Results: For females, SE, EE, MO, SS from friends, and BI were correlated (p<0.05) to total weekly minutes of PA. The combination of EE, MO, SS, and BI explained nearly 43% of the variance in total weekly minutes of PA (R2=0.426, F(4,50)=9.294, p<0.001). For males, EE was correlated (p<0.05) to minutes of hard PA, minutes of very hard PA, and total weekly minutes of PA. A stepwise multiple regression analysis resulted in EE being the only determinant selected for the model (R2=0.174, F(1,33)=6.949, p=0.013).
Conclusion: EE was a significant psychosocial determinant of PA among young adult male and female college students. Other psychosocial determinants of PA in females include MO, SS, and BI. These psychosocial variables deserve consideration when designing future behavioral interventions to increase PA in young adult college students.
Keywords: Physical activity; Psychosocial determinants; College students
Considered a major public health concern, physical inactivity (PIA) and increased body fatness are linked to metabolic risk factors and chronic disease in both men and women [1,2]. Although most evidence examining this issue has predominantly focused on the general adult population age 18 to 64 years, younger adults are also affected. Specifically, young adults transitioning from high school to college have consistently shown to partake in lower levels of physical activity (PA) and exhibit high rates of overweight/ obesity, undesirable total cholesterol, high blood pressure, and other coronary heart disease risk factors [3-5]. Despite these negative health indicators, young adults are an often-understudied population, compared to children/adolescents, middle-aged/ older adults, and other special populations. Young adults appear in fewer investigations exploring determinants or factors that influence PA behavior, in addition to fewer behavioral interventions specifically targeting PIA and overweight/obese young adults [6-8]. The benefits of studying this population who are transitioning to adulthood are significant considering PA participation, as a young adult (18 years) has been shown to influence PA participation later in life [9,10]. Specifically, interventions targeted towards college freshman may provide a platform to reach a relatively accessible population that is at great risk of becoming less active because of the lifestyle changes experienced during the transition from high school to college.
Despite the strong evidence supporting the importance of PA for healthy living, there remains a trend of sedentary behavior within the U.S. population. It is reported that only 39.9% of females and 50.4% of males aged 18-30 years report meeting the recommended guidelines for regular PA [14]. While a pattern of consistent, sharp declines in PA among young adults between the ages of 18-24 years has been observed, it appears the factors associated with a spontaneous change or decrease in PA across the lifespan are multifaceted and complex [11-13]. Therefore, it is important to study young adults within a targeted college population so that in the future, specific behavioral interventions can be designed to maintain or even increase current PA levels.
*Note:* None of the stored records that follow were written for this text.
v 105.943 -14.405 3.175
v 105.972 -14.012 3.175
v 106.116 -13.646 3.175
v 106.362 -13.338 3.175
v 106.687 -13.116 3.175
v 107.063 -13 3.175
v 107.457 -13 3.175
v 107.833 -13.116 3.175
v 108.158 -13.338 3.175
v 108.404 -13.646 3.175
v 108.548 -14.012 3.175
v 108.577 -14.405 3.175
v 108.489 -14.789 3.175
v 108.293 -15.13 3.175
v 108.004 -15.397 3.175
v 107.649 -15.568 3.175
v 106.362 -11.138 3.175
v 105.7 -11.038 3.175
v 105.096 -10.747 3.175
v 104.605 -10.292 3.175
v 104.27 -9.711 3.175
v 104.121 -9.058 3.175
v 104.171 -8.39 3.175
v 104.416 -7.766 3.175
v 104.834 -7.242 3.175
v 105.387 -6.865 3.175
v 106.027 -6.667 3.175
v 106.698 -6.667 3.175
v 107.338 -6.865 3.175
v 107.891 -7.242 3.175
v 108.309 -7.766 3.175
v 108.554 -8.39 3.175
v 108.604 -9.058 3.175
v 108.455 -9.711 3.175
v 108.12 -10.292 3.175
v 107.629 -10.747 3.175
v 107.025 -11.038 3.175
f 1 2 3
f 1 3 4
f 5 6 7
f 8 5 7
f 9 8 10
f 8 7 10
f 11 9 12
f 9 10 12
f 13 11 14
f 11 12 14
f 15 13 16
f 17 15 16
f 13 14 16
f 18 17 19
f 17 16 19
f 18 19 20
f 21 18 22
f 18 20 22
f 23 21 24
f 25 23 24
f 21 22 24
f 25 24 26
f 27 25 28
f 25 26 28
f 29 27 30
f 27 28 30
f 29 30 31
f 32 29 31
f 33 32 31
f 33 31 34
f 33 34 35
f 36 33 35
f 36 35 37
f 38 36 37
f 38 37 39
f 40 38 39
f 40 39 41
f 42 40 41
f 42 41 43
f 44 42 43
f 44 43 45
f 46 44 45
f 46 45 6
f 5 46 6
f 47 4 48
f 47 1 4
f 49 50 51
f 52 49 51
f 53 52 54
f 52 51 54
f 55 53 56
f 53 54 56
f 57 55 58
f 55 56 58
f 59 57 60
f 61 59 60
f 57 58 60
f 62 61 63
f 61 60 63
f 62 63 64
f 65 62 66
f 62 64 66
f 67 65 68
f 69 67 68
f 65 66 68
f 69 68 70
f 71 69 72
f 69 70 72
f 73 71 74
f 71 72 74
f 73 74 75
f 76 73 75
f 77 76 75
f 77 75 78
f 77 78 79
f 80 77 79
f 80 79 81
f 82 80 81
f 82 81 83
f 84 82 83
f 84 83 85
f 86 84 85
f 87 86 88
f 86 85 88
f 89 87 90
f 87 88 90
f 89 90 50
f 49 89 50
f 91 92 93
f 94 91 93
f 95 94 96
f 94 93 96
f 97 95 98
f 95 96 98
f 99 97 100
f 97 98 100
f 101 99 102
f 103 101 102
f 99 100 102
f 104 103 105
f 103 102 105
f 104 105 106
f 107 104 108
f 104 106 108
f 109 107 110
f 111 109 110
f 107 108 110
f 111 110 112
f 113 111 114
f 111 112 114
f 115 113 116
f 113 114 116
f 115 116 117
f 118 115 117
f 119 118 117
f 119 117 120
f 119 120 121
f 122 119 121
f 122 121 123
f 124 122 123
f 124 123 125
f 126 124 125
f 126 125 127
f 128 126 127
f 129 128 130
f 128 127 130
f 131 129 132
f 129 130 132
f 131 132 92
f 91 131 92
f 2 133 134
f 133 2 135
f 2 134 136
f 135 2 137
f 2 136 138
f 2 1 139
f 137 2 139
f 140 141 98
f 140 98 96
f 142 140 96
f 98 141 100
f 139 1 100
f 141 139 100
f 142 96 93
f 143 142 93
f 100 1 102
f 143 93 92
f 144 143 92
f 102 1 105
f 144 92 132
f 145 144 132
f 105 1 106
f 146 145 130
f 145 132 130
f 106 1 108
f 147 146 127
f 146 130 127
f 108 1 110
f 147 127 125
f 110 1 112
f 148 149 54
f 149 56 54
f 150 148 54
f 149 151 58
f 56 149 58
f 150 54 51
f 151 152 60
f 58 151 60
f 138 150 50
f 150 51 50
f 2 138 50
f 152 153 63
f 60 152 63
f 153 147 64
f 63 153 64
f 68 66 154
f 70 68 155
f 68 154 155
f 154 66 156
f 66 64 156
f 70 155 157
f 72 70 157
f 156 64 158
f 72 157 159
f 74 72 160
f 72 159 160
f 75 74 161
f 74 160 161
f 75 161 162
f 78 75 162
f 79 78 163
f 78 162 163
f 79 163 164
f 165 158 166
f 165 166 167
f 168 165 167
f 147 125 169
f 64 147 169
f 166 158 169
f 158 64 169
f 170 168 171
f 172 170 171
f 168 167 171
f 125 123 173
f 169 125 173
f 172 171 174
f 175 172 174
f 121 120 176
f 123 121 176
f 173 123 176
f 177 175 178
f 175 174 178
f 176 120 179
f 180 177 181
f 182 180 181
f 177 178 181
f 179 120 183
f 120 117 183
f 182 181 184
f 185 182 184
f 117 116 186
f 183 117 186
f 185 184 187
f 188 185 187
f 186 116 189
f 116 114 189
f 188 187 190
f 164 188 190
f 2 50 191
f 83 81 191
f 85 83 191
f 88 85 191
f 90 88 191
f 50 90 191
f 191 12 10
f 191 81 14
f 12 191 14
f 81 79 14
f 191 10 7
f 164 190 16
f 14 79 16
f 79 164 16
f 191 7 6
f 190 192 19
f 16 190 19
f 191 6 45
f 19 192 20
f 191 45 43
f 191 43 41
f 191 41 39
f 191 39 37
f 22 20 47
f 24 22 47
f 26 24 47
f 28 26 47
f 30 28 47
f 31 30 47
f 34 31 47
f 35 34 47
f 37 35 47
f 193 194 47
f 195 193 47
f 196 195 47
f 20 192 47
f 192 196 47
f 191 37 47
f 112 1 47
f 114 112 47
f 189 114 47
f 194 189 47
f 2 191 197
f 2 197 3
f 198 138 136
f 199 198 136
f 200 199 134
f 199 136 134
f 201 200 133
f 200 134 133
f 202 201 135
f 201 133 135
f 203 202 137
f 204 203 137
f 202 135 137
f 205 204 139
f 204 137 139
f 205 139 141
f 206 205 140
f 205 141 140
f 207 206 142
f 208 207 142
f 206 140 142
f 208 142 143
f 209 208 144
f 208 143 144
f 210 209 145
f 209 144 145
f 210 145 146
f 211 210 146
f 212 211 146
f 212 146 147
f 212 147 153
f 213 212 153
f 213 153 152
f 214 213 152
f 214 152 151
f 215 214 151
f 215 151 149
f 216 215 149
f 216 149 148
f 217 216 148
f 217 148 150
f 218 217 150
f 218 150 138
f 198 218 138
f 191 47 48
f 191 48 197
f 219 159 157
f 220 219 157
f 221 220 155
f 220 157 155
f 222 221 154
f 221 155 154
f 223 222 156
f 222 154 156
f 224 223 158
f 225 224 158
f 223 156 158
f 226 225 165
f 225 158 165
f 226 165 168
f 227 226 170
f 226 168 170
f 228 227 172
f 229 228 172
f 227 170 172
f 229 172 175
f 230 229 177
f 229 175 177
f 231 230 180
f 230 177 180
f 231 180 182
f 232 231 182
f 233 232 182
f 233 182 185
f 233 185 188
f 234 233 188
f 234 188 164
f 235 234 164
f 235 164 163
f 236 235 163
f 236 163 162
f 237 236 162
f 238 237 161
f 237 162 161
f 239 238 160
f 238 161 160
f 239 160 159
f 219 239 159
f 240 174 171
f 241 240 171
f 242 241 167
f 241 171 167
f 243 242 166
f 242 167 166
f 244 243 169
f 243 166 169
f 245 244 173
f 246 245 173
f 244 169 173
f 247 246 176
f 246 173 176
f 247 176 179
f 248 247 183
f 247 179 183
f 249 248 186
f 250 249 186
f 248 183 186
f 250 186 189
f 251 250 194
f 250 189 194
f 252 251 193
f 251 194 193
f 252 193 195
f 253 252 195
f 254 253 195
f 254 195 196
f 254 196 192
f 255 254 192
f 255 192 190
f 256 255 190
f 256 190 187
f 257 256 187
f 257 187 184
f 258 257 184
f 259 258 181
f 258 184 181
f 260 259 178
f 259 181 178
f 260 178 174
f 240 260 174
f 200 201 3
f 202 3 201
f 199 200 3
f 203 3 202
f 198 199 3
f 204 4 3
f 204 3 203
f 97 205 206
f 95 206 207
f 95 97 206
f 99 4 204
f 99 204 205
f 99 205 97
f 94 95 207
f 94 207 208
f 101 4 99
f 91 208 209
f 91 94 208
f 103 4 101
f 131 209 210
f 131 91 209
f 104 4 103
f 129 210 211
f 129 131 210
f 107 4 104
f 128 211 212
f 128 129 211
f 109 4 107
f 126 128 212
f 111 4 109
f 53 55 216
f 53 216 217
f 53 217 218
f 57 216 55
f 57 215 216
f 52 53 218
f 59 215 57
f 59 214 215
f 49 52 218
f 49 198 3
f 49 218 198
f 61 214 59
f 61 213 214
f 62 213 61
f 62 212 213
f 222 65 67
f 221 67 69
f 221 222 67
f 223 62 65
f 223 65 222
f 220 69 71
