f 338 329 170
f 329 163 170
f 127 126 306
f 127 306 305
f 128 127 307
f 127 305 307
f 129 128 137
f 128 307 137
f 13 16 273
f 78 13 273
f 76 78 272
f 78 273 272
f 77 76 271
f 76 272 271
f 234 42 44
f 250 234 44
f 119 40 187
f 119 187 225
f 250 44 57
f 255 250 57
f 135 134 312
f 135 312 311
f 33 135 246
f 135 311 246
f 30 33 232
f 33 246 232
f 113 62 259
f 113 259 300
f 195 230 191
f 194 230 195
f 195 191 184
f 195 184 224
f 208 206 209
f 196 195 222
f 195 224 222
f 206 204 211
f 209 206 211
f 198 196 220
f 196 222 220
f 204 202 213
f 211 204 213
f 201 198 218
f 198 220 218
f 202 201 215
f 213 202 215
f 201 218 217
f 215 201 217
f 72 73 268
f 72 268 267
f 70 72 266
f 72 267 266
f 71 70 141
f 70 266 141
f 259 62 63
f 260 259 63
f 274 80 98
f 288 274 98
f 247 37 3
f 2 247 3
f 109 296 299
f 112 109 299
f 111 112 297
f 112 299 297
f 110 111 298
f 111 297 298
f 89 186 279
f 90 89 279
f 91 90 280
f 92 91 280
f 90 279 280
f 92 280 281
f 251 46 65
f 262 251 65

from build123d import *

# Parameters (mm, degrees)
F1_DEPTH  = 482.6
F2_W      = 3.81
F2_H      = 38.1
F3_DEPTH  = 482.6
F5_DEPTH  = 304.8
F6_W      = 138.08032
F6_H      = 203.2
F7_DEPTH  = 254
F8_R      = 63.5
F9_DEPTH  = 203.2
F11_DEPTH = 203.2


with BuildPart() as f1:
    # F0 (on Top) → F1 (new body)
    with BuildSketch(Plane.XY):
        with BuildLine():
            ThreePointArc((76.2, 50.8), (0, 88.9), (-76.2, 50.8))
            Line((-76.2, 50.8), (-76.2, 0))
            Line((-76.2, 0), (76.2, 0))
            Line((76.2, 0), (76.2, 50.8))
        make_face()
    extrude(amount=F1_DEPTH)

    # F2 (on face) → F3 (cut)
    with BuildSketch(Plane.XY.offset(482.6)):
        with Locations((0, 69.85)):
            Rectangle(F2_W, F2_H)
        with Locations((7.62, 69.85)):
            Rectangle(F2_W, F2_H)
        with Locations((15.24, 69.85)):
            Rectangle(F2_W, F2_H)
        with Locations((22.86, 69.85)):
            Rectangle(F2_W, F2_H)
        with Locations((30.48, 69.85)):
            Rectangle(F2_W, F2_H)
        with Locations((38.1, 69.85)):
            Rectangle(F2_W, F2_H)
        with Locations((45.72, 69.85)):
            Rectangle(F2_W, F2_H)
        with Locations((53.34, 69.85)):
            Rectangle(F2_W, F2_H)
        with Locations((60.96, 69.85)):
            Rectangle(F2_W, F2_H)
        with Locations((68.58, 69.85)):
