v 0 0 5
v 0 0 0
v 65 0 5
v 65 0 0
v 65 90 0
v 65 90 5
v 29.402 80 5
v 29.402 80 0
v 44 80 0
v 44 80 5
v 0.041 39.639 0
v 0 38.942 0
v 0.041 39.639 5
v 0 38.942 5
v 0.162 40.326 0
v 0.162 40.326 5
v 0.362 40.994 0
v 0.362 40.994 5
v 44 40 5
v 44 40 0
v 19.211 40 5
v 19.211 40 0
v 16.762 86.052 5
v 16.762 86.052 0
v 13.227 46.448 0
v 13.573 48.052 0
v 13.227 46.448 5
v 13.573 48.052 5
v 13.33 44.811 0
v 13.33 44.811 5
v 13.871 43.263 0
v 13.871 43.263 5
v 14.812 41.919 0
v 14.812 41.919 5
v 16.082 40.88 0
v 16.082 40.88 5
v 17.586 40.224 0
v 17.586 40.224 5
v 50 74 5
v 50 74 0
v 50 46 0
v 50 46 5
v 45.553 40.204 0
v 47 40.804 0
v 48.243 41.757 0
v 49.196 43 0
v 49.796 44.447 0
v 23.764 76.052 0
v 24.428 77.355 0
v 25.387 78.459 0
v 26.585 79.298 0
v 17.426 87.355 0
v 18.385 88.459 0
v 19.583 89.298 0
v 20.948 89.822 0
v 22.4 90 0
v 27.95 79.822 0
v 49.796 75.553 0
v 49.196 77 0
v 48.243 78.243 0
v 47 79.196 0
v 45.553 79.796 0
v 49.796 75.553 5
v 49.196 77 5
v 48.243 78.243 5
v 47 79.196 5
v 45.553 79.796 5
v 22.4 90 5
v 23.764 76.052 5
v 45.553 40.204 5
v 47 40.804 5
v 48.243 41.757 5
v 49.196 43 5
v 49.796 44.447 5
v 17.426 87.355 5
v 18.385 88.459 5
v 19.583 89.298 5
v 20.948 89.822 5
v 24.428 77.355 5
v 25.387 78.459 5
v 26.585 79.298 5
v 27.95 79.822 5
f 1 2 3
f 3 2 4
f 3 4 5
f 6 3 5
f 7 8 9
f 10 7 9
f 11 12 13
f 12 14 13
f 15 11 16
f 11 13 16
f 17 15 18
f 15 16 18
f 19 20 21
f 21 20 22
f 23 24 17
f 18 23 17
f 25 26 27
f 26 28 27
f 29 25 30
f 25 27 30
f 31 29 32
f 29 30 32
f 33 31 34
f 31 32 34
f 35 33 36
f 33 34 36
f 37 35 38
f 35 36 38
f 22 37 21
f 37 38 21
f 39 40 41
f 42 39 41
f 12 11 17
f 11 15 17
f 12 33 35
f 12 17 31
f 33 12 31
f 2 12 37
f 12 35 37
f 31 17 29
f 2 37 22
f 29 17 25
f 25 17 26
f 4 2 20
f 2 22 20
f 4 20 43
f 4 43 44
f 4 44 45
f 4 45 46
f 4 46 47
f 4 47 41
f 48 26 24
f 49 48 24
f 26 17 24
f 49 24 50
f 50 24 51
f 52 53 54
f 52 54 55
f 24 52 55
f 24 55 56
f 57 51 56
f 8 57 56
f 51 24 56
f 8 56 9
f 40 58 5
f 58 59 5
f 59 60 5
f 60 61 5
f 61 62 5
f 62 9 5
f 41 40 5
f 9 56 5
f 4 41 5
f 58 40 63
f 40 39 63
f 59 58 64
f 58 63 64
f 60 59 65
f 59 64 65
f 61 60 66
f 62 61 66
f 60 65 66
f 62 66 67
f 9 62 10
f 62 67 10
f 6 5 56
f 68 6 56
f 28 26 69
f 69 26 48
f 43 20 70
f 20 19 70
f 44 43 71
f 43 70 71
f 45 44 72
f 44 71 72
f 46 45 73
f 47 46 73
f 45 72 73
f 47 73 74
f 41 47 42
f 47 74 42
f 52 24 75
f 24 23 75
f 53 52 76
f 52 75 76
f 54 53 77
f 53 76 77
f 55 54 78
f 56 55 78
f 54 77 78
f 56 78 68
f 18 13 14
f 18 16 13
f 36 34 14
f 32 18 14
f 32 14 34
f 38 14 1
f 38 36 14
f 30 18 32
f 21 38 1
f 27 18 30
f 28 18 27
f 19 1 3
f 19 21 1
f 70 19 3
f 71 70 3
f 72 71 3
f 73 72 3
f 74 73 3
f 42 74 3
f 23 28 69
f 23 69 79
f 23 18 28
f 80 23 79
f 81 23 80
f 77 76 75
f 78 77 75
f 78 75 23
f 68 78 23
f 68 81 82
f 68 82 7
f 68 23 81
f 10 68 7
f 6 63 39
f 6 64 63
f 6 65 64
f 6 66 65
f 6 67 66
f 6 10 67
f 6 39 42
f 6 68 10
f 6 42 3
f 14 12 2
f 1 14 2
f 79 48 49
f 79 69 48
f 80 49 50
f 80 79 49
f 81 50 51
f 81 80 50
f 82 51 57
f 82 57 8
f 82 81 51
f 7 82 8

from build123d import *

# Parameters (mm, degrees)
BOSS_EXTRU_1_DEPTH           = 5
ENL_V_MAT_EXTRU_1_DEPTH      = 112.130553854
ENL_V_MAT_EXTRU_1_DEPTH_BACK = 112.130553854
CONG_1_R                     = 6


with BuildPart() as part:
    # Esquisse1 → Boss.-Extru.1 (new body)
    with BuildSketch(Plane.XY):
        Polygon((0, 0), (65, 0), (65, 90), (18.198511713, 90), (0, 40), align=None)
    extrude(amount=BOSS_EXTRU_1_DEPTH)

    # Esquisse2 → Enlèv. mat.-Extru.1 (cut, two sides: drawn at the far end of the back side and taken through both)
    with BuildSketch(Plane.XY.offset(5).offset(-ENL_V_MAT_EXTRU_1_DEPTH_BACK)):
        Polygon((10.641777725, 40), (25.200587095, 80), (50, 80), (50, 40), align=None)
    extrude(amount=ENL_V_MAT_EXTRU_1_DEPTH + ENL_V_MAT_EXTRU_1_DEPTH_BACK, mode=Mode.SUBTRACT)

    # Congé1
    cong_1_edges = [part.edges().sort_by_distance(p)[0] for p in [
        (50, 40, 2.5),
        (10.641777725, 40, 2.5),
        (25.200587095, 80, 2.5),
        (50, 80, 2.5),
        (0, 40, 2.5),
        (18.198511713, 90, 2.5),
    ]]
    fillet(cong_1_edges, radius=CONG_1_R)


solid = part.part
This may then help to prevent or delay sedentary behavior in later adulthood.
An important step to developing effective health promotion programs and behavioral interventions designed to increase PA is to first understand the determinants of behavior for the target population. Factors that influence participation include demographic, social, and environmental characteristics. In addition, it is felt that various psychological determinants drive exercise behavior [15-17]. Previous investigations [18,19] have used a com- bination of the Transtheoretical Model of Behavior Change [17], Social Cognitive Theory [15] and the Self-De- termination Theory [16] to examine why individuals might be resistant to PA behavior change. Investigations have shown varying PA patterns between specific age groups and sex groups [20],[21]. However, to date there is insufficient data on the young adult population to be able to completely understand these PA patterns.
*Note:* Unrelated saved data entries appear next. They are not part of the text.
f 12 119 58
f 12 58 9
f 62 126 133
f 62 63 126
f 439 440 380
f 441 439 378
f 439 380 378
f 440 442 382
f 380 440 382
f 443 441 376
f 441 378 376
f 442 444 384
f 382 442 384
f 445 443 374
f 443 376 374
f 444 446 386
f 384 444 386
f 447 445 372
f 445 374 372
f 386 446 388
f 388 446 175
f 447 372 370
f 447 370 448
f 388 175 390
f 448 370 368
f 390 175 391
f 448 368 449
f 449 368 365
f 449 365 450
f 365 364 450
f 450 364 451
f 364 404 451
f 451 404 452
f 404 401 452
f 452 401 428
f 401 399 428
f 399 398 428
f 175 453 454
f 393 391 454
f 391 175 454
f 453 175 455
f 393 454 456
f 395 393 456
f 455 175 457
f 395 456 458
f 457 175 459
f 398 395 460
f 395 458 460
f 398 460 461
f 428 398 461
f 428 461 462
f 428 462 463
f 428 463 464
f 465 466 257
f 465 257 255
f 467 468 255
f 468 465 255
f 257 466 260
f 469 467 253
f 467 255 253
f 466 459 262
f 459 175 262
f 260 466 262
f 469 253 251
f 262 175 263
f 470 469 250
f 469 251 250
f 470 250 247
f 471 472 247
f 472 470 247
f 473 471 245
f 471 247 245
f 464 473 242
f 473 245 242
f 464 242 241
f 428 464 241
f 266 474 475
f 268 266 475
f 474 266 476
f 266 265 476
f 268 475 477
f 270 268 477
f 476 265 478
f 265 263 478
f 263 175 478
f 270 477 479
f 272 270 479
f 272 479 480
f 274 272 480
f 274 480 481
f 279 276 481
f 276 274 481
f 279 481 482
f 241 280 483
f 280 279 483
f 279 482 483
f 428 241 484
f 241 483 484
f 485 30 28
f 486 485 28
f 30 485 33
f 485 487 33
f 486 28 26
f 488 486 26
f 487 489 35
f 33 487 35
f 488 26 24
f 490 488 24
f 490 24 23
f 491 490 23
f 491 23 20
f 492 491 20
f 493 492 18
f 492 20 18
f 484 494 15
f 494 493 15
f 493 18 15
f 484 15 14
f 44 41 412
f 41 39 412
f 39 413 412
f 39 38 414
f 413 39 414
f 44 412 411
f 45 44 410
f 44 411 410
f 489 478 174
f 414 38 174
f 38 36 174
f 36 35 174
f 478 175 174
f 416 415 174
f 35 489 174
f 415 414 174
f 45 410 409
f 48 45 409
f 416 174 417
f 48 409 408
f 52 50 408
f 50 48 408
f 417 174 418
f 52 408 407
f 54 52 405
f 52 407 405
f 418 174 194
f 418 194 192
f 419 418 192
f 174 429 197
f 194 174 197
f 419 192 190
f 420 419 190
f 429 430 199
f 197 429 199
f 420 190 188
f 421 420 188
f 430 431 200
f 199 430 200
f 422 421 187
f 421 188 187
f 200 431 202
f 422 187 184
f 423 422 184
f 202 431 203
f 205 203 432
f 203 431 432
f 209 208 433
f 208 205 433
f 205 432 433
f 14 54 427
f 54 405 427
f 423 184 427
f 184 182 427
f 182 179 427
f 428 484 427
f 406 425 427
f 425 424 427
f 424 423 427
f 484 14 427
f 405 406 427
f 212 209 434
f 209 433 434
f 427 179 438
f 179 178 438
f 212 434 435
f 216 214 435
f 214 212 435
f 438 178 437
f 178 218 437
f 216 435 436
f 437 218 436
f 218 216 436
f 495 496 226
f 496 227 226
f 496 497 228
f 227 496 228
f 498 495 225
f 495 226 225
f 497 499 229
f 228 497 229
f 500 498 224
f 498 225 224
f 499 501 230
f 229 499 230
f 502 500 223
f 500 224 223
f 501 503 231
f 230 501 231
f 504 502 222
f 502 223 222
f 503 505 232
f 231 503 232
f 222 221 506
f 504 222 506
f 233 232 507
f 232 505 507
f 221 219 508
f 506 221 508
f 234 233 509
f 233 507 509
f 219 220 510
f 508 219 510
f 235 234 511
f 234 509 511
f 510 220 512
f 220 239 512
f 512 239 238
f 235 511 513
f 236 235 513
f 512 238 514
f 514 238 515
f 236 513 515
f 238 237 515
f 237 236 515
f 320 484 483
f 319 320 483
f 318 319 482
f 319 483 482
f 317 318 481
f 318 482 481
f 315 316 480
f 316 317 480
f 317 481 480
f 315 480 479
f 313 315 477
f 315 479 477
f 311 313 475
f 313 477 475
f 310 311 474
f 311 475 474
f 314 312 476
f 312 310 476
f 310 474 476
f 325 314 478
Five modifiable determinants of PA demonstrated as having particularly strong relationships to PA in adults include: 1) selfefficacy; 2) social support; 3) motivation; 4) enjoyment; and 5) body image [22-26]. Few studies have explained the relationship of these variables to PA behavior in young adult college students. Previous studies have shown that age and gender appear to influence modifiable determinants in adults 18-64 years [20]. De Bourdeaudhuij et al., (2002) demonstrated social support to be a stronger predictor of PA in females, while motivation and an opportunity for competition was a stronger predictor in males. Additionally, health concerns have been reported as a significant barrier to PA in older adults but not younger adults [20]. This information demonstrates that psychosocial determinants of PA may differ between subgroups. However, this age range (18- 64 years) is too broad to generalize specifically to young adult college students and the identification of age and gender specific determinants of PA have not been thoroughly examined in this population [20].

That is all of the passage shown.